The Milford Planning Board on June 17 granted conditional site‑plan approval for a proposed three‑story, 28‑unit multifamily building at 30 Mill Street, subject to several conditions including formal owner signatures on the final plans, preservation of the rear Residence A parcel as permanent open space, a sidewalk modification to allow additional on‑site snow storage, and satisfactory resolution of staff and department comments.
Sam Ingram of Meridian Land Services, the applicant’s agent, described the proposal as "a 28 unit multifamily building" and walked the board through the plan set, noting stormwater basins, a proposed Mill Street realignment to improve sight lines and safety, landscaping, lighting, and amenity space including a small fenced dog‑play area and a gazebo placeholder.
Why it mattered: the project sits at the interface of commercial zoning along Mill Street and a larger residential parcel to the rear. The applicant obtained a zoning‑board variance earlier in the process; the Zoning Board of Adjustment limited the project to 28 units to avoid additional height and density impacts, ZBA member Mike Thornton told the meeting: "The reason the ZBA restricted to 28 units was to avoid the extra height and density."
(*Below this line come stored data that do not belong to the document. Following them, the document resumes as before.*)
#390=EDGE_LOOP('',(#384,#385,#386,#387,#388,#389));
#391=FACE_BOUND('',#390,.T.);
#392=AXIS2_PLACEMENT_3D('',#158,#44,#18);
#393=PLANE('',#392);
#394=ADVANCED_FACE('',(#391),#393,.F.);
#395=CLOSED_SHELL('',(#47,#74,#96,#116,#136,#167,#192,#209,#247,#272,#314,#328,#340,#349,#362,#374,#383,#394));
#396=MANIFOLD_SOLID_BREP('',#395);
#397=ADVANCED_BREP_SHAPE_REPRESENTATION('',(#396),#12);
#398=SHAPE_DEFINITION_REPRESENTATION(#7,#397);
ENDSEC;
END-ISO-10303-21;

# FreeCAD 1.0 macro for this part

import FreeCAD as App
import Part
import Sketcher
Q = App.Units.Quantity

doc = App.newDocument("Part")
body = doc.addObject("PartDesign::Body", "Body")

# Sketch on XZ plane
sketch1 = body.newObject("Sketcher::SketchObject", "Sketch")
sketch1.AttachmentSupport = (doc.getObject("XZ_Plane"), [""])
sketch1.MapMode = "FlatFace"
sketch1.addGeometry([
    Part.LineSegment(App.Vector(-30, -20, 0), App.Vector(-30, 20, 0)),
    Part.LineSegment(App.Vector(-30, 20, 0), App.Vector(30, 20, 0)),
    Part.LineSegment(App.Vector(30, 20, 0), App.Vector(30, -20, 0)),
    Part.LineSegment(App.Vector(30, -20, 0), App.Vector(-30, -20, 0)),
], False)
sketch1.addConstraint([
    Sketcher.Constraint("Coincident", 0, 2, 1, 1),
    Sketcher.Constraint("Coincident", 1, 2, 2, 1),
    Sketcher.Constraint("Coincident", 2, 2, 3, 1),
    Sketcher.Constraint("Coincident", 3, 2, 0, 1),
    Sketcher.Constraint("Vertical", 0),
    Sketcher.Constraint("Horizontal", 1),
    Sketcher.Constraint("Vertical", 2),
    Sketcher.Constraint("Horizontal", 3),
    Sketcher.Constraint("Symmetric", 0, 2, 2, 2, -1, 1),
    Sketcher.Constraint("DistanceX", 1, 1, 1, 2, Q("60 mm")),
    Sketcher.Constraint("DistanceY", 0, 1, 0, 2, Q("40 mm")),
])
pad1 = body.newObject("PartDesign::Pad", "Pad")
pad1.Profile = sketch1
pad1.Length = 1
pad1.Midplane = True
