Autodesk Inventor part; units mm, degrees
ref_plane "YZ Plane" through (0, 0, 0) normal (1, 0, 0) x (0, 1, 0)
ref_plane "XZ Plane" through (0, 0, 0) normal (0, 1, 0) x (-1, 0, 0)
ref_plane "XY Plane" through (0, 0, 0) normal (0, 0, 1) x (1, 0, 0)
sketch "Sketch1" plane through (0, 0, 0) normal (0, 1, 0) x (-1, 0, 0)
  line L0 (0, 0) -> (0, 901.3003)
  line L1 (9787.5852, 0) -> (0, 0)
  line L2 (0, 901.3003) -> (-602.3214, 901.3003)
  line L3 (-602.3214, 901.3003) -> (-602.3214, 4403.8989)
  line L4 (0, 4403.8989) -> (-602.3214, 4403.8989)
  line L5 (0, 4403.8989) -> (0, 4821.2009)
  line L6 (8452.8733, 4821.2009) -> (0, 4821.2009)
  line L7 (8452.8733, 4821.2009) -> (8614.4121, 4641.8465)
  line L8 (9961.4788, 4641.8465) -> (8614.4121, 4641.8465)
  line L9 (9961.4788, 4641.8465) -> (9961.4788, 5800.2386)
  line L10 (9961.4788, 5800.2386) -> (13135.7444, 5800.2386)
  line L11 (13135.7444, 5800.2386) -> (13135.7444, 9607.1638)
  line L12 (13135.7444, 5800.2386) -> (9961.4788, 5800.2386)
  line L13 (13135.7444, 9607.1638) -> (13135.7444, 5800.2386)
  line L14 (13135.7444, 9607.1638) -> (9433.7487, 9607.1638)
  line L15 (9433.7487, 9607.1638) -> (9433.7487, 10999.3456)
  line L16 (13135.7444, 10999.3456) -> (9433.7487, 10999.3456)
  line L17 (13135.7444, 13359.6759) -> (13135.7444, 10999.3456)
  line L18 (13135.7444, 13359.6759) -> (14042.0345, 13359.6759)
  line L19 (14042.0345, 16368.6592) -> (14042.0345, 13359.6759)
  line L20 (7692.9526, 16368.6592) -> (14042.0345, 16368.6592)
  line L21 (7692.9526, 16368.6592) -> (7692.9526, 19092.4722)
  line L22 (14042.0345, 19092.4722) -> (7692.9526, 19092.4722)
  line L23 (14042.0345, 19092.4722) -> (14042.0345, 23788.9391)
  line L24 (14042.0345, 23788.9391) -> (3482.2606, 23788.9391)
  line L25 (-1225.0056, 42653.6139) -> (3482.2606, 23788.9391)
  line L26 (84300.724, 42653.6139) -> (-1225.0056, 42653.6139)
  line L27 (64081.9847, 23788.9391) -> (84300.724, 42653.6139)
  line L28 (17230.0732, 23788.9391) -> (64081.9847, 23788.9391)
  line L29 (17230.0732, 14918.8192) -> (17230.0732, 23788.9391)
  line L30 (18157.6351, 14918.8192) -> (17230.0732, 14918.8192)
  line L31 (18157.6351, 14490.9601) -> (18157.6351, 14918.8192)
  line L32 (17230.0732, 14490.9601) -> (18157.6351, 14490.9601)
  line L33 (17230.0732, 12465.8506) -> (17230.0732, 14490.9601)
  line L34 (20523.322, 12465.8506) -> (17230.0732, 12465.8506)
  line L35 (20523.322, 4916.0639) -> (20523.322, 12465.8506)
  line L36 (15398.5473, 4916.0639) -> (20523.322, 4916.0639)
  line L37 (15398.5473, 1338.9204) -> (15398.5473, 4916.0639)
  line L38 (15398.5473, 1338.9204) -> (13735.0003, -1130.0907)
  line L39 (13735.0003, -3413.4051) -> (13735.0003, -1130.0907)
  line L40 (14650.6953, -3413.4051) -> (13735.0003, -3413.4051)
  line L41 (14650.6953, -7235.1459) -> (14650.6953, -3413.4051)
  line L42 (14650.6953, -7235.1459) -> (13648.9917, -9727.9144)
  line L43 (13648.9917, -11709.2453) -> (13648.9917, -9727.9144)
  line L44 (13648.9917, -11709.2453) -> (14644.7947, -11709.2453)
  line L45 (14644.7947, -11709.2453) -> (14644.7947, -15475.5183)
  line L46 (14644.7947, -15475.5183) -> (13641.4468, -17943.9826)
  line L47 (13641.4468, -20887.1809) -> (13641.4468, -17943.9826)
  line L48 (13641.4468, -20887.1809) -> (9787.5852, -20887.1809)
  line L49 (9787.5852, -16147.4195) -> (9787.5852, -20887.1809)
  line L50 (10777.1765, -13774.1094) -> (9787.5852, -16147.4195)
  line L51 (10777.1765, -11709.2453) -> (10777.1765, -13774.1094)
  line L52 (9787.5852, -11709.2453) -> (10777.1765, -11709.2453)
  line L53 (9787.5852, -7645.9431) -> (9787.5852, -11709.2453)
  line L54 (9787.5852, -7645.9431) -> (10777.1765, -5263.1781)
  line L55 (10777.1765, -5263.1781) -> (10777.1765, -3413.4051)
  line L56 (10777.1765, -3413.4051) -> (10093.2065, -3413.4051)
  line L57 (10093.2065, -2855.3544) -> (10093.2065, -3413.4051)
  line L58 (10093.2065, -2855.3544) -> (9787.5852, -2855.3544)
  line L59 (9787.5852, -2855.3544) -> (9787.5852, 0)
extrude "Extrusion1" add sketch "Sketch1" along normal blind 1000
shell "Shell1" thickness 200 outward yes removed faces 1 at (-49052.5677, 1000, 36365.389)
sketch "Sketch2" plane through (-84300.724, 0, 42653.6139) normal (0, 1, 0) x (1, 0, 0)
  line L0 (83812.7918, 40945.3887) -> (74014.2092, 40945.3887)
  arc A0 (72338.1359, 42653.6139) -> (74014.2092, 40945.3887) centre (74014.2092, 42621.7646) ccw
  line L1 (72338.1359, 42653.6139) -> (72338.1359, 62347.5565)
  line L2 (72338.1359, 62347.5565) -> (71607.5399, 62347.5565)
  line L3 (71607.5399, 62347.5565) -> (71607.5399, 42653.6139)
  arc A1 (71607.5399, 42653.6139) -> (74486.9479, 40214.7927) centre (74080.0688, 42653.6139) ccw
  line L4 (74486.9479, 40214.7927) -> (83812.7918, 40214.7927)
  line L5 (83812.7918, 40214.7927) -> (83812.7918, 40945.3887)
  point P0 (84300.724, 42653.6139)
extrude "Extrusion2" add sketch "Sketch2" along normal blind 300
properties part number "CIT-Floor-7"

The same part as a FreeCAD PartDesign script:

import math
import FreeCAD as App
import Part
import Sketcher

V = App.Vector
Q = App.Units.Quantity


def faces_at(feature, points):
    """Names of the faces that lie closest to the given points."""
    faces = feature.Shape.Faces
    near = lambda p: min(range(len(faces)), key=lambda i: faces[i].distToShape(Part.Vertex(*p))[0])
    return sorted({f"Face{near(p) + 1}" for p in points})


def add_polygon(sketch, points):
    """Adds a closed chain of lines whose ends are joined by coincident constraints."""
    first, n = sketch.GeometryCount, len(points)
    for a, b in zip(points, points[1:] + points[:1]):
        sketch.addGeometry(Part.LineSegment(App.Vector(*a, 0), App.Vector(*b, 0)), False)
    for i in range(n):
        sketch.addConstraint(Sketcher.Constraint("Coincident", first + i, 2, first + (i + 1) % n, 1))

doc = App.newDocument("Part")
body = doc.addObject("PartDesign::Body", "Body")

sketch1 = body.newObject("Sketcher::SketchObject", "Sketch")
sketch1.AttachmentSupport = (doc.getObject("XZ_Plane"), [""])
sketch1.MapMode = "FlatFace"
add_polygon(sketch1, [(0, 901.3003), (0, 0), (-9787.5852, 0), (-9787.5852, -2855.3544), (-10093.2065, -2855.3544), (-10093.2065, -3413.4051), (-10777.1765, -3413.4051), (-10777.1765, -5263.1781), (-9787.5852, -7645.9431), (-9787.5852, -11709.2453), (-10777.1765, -11709.2453), (-10777.1765, -13774.1094), (-9787.5852, -16147.4195), (-9787.5852, -20887.1809), (-13641.4468, -20887.1809), (-13641.4468, -17943.9826), (-14644.7947, -15475.5183), (-14644.7947, -11709.2453), (-13648.9917, -11709.2453), (-13648.9917, -9727.9144), (-14650.6953, -7235.1459), (-14650.6953, -3413.4051), (-13735.0003, -3413.4051), (-13735.0003, -1130.0907), (-15398.5473, 1338.9204), (-15398.5473, 4916.0639), (-20523.322, 4916.0639), (-20523.322, 12465.8506), (-17230.0732, 12465.8506), (-17230.0732, 14490.9601), (-18157.6351, 14490.9601), (-18157.6351, 14918.8192), (-17230.0732, 14918.8192), (-17230.0732, 23788.9391), (-64081.9847, 23788.9391), (-84300.724, 42653.6139), (1225.0056, 42653.6139), (-3482.2606, 23788.9391), (-14042.0345, 23788.9391), (-14042.0345, 19092.4722), (-7692.9526, 19092.4722), (-7692.9526, 16368.6592), (-14042.0345, 16368.6592), (-14042.0345, 13359.6759), (-13135.7444, 13359.6759), (-13135.7444, 10999.3456), (-9433.7487, 10999.3456), (-9433.7487, 9607.1638), (-13135.7444, 9607.1638), (-13135.7444, 5800.2386), (-9961.4788, 5800.2386), (-9961.4788, 4641.8465), (-8614.4121, 4641.8465), (-8452.8733, 4821.2009), (0, 4821.2009), (0, 4403.8989), (602.3214, 4403.8989), (602.3214, 901.3003)])
sketch1.addConstraint(Sketcher.Constraint("Vertical", 0))
sketch1.addConstraint(Sketcher.Constraint("Horizontal", 1))
sketch1.addConstraint(Sketcher.Constraint("Vertical", 2))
Board discussion focused on stormwater management, culvert maintenance, roadway safety, building massing and aesthetics, snow storage and plowing practicality, parking and traffic, and coordination with town departments. Several abutters raised public‑comment concerns. Jeff Damon, who said he lives at 45 Cottage Street and identified himself as an abutter, said his basement sump pump had been running repeatedly while the culvert under Mill Street was clogged: "My sump pump is running, like, nonstop… That very day that that water was able to go through that culvert, it stopped and the pressure was relieved."
Officials and consultants said the site design adds stormwater treatment where none exists today. The engineering team described ponded systems intended to infiltrate runoff on site and noted the town’s stormwater review and permits would require runoff rates that do not exceed current conditions.
Public‑safety and utilities checks remained outstanding: town staff had submitted memos from the conservation commission, town engineer, fire department and utilities on June 4 and staff said they would work with the applicant to resolve a set of mostly technical comments. Utilities director Jim Poliot (comment noted in the staff packet) requested additional engineering review for water/sewer connections and millings along the Mill Street frontage.
Board actions recorded in the meeting included: a motion accepting the application with a requirement that signed plans be provided within the next 36 hours; a motion that there was no potential regional impact; and a final conditional approval motion that included four conditions: (1) remove the proposed west‑side sidewalk or make it flush to grade to provide more on‑site snow storage; (2) designate the remaining Residence A parcel (the rear, forested/wetland area) as permanent open space; (3) final plan set to be signed by the landowner; and (4) satisfy the town staff memoranda (town engineer, fire, utilities, conservation). The conditional approval motion passed with board members voting aye.
The board also discussed where to show binding language (variance reference and open‑space restriction) on the final plan set and recommended including deed restrictions or conservation language to ensure the rear parcel remains reserved from further development.
What to watch: the applicant must submit signed final plans and respond to outstanding department comments. The board noted stormwater and fire‑access details—turning‑radius and hydrant locations—will require verification before administrative signoff.